▶ **EXTRACTED INFORMATION**

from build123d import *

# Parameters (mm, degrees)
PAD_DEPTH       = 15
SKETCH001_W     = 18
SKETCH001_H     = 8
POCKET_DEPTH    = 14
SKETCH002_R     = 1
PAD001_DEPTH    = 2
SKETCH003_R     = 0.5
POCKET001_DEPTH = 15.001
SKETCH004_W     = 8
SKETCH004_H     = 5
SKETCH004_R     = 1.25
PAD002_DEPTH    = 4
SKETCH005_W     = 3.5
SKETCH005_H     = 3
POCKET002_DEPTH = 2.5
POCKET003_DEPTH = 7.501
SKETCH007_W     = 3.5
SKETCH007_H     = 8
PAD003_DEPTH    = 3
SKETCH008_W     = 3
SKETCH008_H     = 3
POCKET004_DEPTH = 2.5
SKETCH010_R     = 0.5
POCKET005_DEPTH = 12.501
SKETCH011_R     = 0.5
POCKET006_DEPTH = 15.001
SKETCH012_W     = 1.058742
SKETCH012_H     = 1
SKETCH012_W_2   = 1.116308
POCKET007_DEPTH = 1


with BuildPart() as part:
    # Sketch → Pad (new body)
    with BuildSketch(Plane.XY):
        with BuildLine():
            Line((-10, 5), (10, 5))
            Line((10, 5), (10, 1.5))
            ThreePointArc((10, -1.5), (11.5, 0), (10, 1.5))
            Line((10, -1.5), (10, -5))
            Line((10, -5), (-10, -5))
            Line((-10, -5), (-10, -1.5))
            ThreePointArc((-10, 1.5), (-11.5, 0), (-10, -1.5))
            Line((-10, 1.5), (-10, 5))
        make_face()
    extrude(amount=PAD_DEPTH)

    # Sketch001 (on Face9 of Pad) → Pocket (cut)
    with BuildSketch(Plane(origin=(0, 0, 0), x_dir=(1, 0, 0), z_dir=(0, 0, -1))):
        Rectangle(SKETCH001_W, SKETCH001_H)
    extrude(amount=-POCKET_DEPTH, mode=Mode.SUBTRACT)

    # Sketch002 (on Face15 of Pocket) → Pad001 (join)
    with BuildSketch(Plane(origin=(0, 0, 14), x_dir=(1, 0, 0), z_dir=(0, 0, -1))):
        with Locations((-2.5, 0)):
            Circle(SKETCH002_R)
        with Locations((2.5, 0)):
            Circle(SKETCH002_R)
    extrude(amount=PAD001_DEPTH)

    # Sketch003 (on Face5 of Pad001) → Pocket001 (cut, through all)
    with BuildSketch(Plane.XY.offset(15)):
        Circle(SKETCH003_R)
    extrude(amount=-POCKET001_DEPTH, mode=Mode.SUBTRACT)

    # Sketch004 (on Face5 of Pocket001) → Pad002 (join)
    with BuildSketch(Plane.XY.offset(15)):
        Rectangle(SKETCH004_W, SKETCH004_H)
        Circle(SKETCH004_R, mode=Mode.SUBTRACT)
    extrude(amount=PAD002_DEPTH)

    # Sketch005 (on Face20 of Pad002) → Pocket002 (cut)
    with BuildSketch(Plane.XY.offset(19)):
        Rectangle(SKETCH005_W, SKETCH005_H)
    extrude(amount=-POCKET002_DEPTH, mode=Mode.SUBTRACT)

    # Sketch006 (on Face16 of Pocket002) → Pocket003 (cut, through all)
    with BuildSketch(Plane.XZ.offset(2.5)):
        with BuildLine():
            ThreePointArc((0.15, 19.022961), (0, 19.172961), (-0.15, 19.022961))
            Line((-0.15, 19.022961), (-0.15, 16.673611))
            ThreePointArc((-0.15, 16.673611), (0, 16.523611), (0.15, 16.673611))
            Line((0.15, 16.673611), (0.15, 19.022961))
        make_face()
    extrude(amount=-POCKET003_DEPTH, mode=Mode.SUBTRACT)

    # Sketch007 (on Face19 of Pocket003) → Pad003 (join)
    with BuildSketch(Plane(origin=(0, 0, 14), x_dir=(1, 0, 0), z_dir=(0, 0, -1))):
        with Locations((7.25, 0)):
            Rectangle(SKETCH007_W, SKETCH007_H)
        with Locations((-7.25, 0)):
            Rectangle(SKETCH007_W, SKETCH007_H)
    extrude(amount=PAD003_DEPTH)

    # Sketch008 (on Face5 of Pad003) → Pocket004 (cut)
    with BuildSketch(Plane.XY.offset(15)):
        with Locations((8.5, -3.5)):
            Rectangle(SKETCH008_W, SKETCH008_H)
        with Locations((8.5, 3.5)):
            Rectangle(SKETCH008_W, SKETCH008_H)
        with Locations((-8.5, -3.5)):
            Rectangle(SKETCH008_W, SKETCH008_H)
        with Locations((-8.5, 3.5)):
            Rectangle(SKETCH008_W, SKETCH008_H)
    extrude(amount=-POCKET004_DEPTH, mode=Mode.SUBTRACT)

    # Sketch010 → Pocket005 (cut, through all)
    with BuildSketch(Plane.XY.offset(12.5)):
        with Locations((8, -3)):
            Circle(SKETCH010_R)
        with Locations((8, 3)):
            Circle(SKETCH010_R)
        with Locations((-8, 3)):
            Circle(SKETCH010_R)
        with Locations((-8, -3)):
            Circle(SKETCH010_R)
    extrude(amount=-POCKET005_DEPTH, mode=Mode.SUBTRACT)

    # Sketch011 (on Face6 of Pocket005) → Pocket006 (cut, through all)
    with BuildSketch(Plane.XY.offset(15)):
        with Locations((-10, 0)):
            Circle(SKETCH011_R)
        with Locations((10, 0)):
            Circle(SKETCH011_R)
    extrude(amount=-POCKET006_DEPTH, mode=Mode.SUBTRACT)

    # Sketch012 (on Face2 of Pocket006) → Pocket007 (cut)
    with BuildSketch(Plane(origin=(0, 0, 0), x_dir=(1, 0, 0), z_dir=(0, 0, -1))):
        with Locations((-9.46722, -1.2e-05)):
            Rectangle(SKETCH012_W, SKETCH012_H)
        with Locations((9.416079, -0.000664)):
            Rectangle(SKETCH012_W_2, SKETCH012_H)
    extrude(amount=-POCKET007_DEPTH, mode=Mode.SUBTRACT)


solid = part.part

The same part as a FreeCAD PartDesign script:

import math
import FreeCAD as App
import Part
import Sketcher
from FreeCAD import Vector

doc = App.newDocument("Part")
body = doc.addObject("PartDesign::Body", "Body")

# Sketch on XY plane
sketch1 = doc.addObject("Sketcher::SketchObject", "Sketch")
body.addObject(sketch1)
sketch1.AttachmentSupport = (doc.XY_Plane, [""])
sketch1.MapMode = "FlatFace"
sketch1.addGeometry([
    Part.LineSegment(Vector(10, 5, 0), Vector(-10, 5, 0)),  # 0
    Part.LineSegment(Vector(-10, 5, 0), Vector(-10, 1.5, 0)),  # 1
    Part.ArcOfCircle(Part.Circle(Vector(-10, 0, 0), Vector(0, 0, 1), 1.5), math.radians(90), math.radians(270)),  # 2
    Part.LineSegment(Vector(-10, -1.5, 0), Vector(-10, -5, 0)),  # 3
    Part.LineSegment(Vector(-10, -5, 0), Vector(10, -5, 0)),  # 4
    Part.LineSegment(Vector(10, -5, 0), Vector(10, -1.5, 0)),  # 5
    Part.ArcOfCircle(Part.Circle(Vector(10, 0, 0), Vector(0, 0, 1), 1.5), math.radians(-90), math.radians(90)),  # 6
    Part.LineSegment(Vector(10, 1.5, 0), Vector(10, 5, 0)),  # 7
], False)
sketch1.addConstraint([
    Sketcher.Constraint("Coincident", 0, 2, 1, 1),
    Sketcher.Constraint("Coincident", 1, 2, 2, 1),
    Sketcher.Constraint("Coincident", 2, 2, 3, 1),
    Sketcher.Constraint("Coincident", 3, 2, 4, 1),
    Sketcher.Constraint("Coincident", 4, 2, 5, 1),
    Sketcher.Constraint("Coincident", 5, 2, 6, 1),
    Sketcher.Constraint("Coincident", 6, 2, 7, 1),
    Sketcher.Constraint("Coincident", 7, 2, 0, 1),
    Sketcher.Constraint("Horizontal", 0),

▶ **WHAT TO WORK ON**
Copy out the lines above exactly, beginning at the one that contains "Line((0.15, 16.673611), (0.15, 19.022961))" and ending at the one that contains "extrude(amount=-POCKET006_DEPTH, mode=Mode.SUBTRACT)".

▶ **RESULT OF THE EXERCISE**
            Line((0.15, 16.673611), (0.15, 19.022961))
        make_face()
    extrude(amount=-POCKET003_DEPTH, mode=Mode.SUBTRACT)

    # Sketch007 (on Face19 of Pocket003) → Pad003 (join)
    with BuildSketch(Plane(origin=(0, 0, 14), x_dir=(1, 0, 0), z_dir=(0, 0, -1))):
        with Locations((7.25, 0)):
            Rectangle(SKETCH007_W, SKETCH007_H)
        with Locations((-7.25, 0)):
            Rectangle(SKETCH007_W, SKETCH007_H)
    extrude(amount=PAD003_DEPTH)

    # Sketch008 (on Face5 of Pad003) → Pocket004 (cut)
    with BuildSketch(Plane.XY.offset(15)):
        with Locations((8.5, -3.5)):
            Rectangle(SKETCH008_W, SKETCH008_H)
        with Locations((8.5, 3.5)):
            Rectangle(SKETCH008_W, SKETCH008_H)
        with Locations((-8.5, -3.5)):
            Rectangle(SKETCH008_W, SKETCH008_H)
        with Locations((-8.5, 3.5)):
            Rectangle(SKETCH008_W, SKETCH008_H)
    extrude(amount=-POCKET004_DEPTH, mode=Mode.SUBTRACT)

    # Sketch010 → Pocket005 (cut, through all)
    with BuildSketch(Plane.XY.offset(12.5)):
        with Locations((8, -3)):
            Circle(SKETCH010_R)
        with Locations((8, 3)):
            Circle(SKETCH010_R)
        with Locations((-8, 3)):
            Circle(SKETCH010_R)
        with Locations((-8, -3)):
            Circle(SKETCH010_R)
    extrude(amount=-POCKET005_DEPTH, mode=Mode.SUBTRACT)

    # Sketch011 (on Face6 of Pocket005) → Pocket006 (cut, through all)
    with BuildSketch(Plane.XY.offset(15)):
        with Locations((-10, 0)):
            Circle(SKETCH011_R)
        with Locations((10, 0)):
            Circle(SKETCH011_R)
    extrude(amount=-POCKET006_DEPTH, mode=Mode.SUBTRACT)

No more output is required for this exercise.